* _Description of the task_: Take the data that follows and return it exactly.

* _Data for the task_:
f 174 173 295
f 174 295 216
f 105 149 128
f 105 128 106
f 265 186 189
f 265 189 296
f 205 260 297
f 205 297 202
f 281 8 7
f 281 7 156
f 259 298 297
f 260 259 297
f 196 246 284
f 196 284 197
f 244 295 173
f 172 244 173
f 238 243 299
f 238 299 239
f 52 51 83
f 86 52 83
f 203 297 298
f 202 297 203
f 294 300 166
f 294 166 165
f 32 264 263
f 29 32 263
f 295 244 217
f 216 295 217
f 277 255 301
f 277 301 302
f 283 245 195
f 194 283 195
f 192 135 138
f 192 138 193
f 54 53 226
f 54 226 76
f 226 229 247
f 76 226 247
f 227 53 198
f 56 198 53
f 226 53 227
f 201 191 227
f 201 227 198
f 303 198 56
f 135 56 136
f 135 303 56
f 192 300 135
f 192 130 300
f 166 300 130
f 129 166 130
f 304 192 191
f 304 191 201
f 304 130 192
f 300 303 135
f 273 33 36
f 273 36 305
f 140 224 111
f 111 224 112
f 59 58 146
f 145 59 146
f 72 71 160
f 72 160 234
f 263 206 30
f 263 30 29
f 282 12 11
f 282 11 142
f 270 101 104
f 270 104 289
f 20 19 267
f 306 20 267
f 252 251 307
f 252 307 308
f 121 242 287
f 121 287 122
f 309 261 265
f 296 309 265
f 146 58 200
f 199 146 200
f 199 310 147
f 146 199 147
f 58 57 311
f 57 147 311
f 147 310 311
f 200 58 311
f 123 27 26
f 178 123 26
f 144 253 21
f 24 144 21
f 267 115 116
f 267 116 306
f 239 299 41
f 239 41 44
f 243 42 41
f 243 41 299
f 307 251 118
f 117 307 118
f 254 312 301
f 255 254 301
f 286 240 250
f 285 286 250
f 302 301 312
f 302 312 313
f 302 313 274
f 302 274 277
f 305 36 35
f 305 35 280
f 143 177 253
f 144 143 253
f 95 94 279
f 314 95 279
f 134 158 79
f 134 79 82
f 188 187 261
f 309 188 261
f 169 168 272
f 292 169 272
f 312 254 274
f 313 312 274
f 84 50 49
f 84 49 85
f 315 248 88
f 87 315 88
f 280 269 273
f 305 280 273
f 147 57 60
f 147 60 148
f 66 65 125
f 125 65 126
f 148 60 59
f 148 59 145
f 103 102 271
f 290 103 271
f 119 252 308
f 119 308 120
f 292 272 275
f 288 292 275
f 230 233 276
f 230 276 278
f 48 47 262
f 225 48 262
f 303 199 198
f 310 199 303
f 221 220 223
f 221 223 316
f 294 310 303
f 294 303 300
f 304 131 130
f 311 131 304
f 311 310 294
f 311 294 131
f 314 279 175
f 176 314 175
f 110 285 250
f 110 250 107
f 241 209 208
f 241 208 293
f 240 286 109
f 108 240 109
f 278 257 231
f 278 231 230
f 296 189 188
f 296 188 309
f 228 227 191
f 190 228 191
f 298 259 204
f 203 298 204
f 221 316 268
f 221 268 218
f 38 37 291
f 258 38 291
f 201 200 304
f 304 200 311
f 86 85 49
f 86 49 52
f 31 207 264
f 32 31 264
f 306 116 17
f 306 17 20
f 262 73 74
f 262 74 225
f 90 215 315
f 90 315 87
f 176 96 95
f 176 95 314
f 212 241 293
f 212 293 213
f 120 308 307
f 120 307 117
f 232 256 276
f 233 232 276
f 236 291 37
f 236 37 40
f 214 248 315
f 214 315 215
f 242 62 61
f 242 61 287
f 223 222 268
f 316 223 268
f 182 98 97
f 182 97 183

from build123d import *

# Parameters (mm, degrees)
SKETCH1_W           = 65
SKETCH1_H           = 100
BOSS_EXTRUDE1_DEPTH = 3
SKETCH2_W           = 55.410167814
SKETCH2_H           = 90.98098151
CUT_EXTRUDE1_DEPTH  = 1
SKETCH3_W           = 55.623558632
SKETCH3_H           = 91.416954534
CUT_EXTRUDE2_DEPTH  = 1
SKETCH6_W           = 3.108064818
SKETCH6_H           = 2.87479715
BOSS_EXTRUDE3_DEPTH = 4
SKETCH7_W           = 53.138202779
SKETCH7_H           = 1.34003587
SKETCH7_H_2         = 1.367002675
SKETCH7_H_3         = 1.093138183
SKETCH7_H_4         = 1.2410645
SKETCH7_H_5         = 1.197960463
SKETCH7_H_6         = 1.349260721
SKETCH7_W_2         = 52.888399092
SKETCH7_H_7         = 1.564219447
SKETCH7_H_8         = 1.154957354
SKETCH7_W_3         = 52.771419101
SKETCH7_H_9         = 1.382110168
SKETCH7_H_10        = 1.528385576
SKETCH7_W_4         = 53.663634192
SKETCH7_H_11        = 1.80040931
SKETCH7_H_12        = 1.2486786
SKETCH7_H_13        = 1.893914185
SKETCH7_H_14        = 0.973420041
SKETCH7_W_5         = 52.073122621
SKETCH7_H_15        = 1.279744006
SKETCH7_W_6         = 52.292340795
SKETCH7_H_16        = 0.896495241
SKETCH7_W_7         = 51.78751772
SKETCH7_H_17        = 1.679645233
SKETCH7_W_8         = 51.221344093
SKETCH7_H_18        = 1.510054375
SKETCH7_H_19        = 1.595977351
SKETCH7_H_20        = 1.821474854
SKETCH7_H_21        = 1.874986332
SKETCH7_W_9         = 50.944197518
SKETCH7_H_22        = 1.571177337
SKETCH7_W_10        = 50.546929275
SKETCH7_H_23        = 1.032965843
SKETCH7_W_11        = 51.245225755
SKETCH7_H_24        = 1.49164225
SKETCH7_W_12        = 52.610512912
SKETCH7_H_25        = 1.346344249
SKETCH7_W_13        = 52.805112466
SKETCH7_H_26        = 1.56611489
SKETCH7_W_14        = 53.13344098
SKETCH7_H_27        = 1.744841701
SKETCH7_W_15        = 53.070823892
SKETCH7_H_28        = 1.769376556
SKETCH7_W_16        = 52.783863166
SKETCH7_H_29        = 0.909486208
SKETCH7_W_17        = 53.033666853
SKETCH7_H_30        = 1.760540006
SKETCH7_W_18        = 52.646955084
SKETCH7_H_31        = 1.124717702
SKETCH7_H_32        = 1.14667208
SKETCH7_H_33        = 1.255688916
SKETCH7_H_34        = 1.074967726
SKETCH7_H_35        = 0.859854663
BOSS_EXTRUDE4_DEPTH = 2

* _Solution to this problem_:
f 174 173 295
f 174 295 216
f 105 149 128
f 105 128 106
f 265 186 189
f 265 189 296
f 205 260 297
f 205 297 202
f 281 8 7
f 281 7 156
f 259 298 297
f 260 259 297
f 196 246 284
f 196 284 197
f 244 295 173
f 172 244 173
f 238 243 299
f 238 299 239
f 52 51 83
f 86 52 83
f 203 297 298
f 202 297 203
f 294 300 166
f 294 166 165
f 32 264 263
f 29 32 263
f 295 244 217
f 216 295 217
f 277 255 301
f 277 301 302
f 283 245 195
f 194 283 195
f 192 135 138
f 192 138 193
f 54 53 226
f 54 226 76
f 226 229 247
f 76 226 247
f 227 53 198
f 56 198 53
f 226 53 227
f 201 191 227
f 201 227 198
f 303 198 56
f 135 56 136
f 135 303 56
f 192 300 135
f 192 130 300
f 166 300 130
f 129 166 130
f 304 192 191
f 304 191 201
f 304 130 192
f 300 303 135
f 273 33 36
f 273 36 305
f 140 224 111
f 111 224 112
f 59 58 146
f 145 59 146
f 72 71 160
f 72 160 234
f 263 206 30
f 263 30 29
f 282 12 11
f 282 11 142
f 270 101 104
f 270 104 289
f 20 19 267
f 306 20 267
f 252 251 307
f 252 307 308
f 121 242 287
f 121 287 122
f 309 261 265
f 296 309 265
f 146 58 200
f 199 146 200
f 199 310 147
f 146 199 147
f 58 57 311
f 57 147 311
f 147 310 311
f 200 58 311
f 123 27 26
f 178 123 26
f 144 253 21
f 24 144 21
f 267 115 116
f 267 116 306
f 239 299 41
f 239 41 44
f 243 42 41
f 243 41 299
f 307 251 118
f 117 307 118
f 254 312 301
f 255 254 301
f 286 240 250
f 285 286 250
f 302 301 312
f 302 312 313
f 302 313 274
f 302 274 277
f 305 36 35
f 305 35 280
f 143 177 253
f 144 143 253
f 95 94 279
f 314 95 279
f 134 158 79
f 134 79 82
f 188 187 261
f 309 188 261
f 169 168 272
f 292 169 272
f 312 254 274
f 313 312 274
f 84 50 49
f 84 49 85
f 315 248 88
f 87 315 88
f 280 269 273
f 305 280 273
f 147 57 60
f 147 60 148
f 66 65 125
f 125 65 126
f 148 60 59
f 148 59 145
f 103 102 271
f 290 103 271
f 119 252 308
f 119 308 120
f 292 272 275
f 288 292 275
f 230 233 276
f 230 276 278
f 48 47 262
f 225 48 262
f 303 199 198
f 310 199 303
f 221 220 223
f 221 223 316
f 294 310 303
f 294 303 300
f 304 131 130
f 311 131 304
f 311 310 294
f 311 294 131
f 314 279 175
f 176 314 175
f 110 285 250
f 110 250 107
f 241 209 208
f 241 208 293
f 240 286 109
f 108 240 109
f 278 257 231
f 278 231 230
f 296 189 188
f 296 188 309
f 228 227 191
f 190 228 191
f 298 259 204
f 203 298 204
f 221 316 268
f 221 268 218
f 38 37 291
f 258 38 291
f 201 200 304
f 304 200 311
f 86 85 49
f 86 49 52
f 31 207 264
f 32 31 264
f 306 116 17
f 306 17 20
f 262 73 74
f 262 74 225
f 90 215 315
f 90 315 87
f 176 96 95
f 176 95 314
f 212 241 293
f 212 293 213
f 120 308 307
f 120 307 117
f 232 256 276
f 233 232 276
f 236 291 37
f 236 37 40
f 214 248 315
f 214 315 215
f 242 62 61
f 242 61 287
f 223 222 268
f 316 223 268
f 182 98 97
f 182 97 183

from build123d import *

# Parameters (mm, degrees)
SKETCH1_W           = 65
SKETCH1_H           = 100
BOSS_EXTRUDE1_DEPTH = 3
SKETCH2_W           = 55.410167814
SKETCH2_H           = 90.98098151
CUT_EXTRUDE1_DEPTH  = 1
SKETCH3_W           = 55.623558632
SKETCH3_H           = 91.416954534
CUT_EXTRUDE2_DEPTH  = 1
SKETCH6_W           = 3.108064818
SKETCH6_H           = 2.87479715
BOSS_EXTRUDE3_DEPTH = 4
SKETCH7_W           = 53.138202779
SKETCH7_H           = 1.34003587
SKETCH7_H_2         = 1.367002675
SKETCH7_H_3         = 1.093138183
SKETCH7_H_4         = 1.2410645
SKETCH7_H_5         = 1.197960463
SKETCH7_H_6         = 1.349260721
SKETCH7_W_2         = 52.888399092
SKETCH7_H_7         = 1.564219447
SKETCH7_H_8         = 1.154957354
SKETCH7_W_3         = 52.771419101
SKETCH7_H_9         = 1.382110168
SKETCH7_H_10        = 1.528385576
SKETCH7_W_4         = 53.663634192
SKETCH7_H_11        = 1.80040931
SKETCH7_H_12        = 1.2486786
SKETCH7_H_13        = 1.893914185
SKETCH7_H_14        = 0.973420041
SKETCH7_W_5         = 52.073122621
SKETCH7_H_15        = 1.279744006
SKETCH7_W_6         = 52.292340795
SKETCH7_H_16        = 0.896495241
SKETCH7_W_7         = 51.78751772
SKETCH7_H_17        = 1.679645233
SKETCH7_W_8         = 51.221344093
SKETCH7_H_18        = 1.510054375
SKETCH7_H_19        = 1.595977351
SKETCH7_H_20        = 1.821474854
SKETCH7_H_21        = 1.874986332
SKETCH7_W_9         = 50.944197518
SKETCH7_H_22        = 1.571177337
SKETCH7_W_10        = 50.546929275
SKETCH7_H_23        = 1.032965843
SKETCH7_W_11        = 51.245225755
SKETCH7_H_24        = 1.49164225
SKETCH7_W_12        = 52.610512912
SKETCH7_H_25        = 1.346344249
SKETCH7_W_13        = 52.805112466
SKETCH7_H_26        = 1.56611489
SKETCH7_W_14        = 53.13344098
SKETCH7_H_27        = 1.744841701
SKETCH7_W_15        = 53.070823892
SKETCH7_H_28        = 1.769376556
SKETCH7_W_16        = 52.783863166
SKETCH7_H_29        = 0.909486208
SKETCH7_W_17        = 53.033666853
SKETCH7_H_30        = 1.760540006
SKETCH7_W_18        = 52.646955084
SKETCH7_H_31        = 1.124717702
SKETCH7_H_32        = 1.14667208
SKETCH7_H_33        = 1.255688916
SKETCH7_H_34        = 1.074967726
SKETCH7_H_35        = 0.859854663
BOSS_EXTRUDE4_DEPTH = 2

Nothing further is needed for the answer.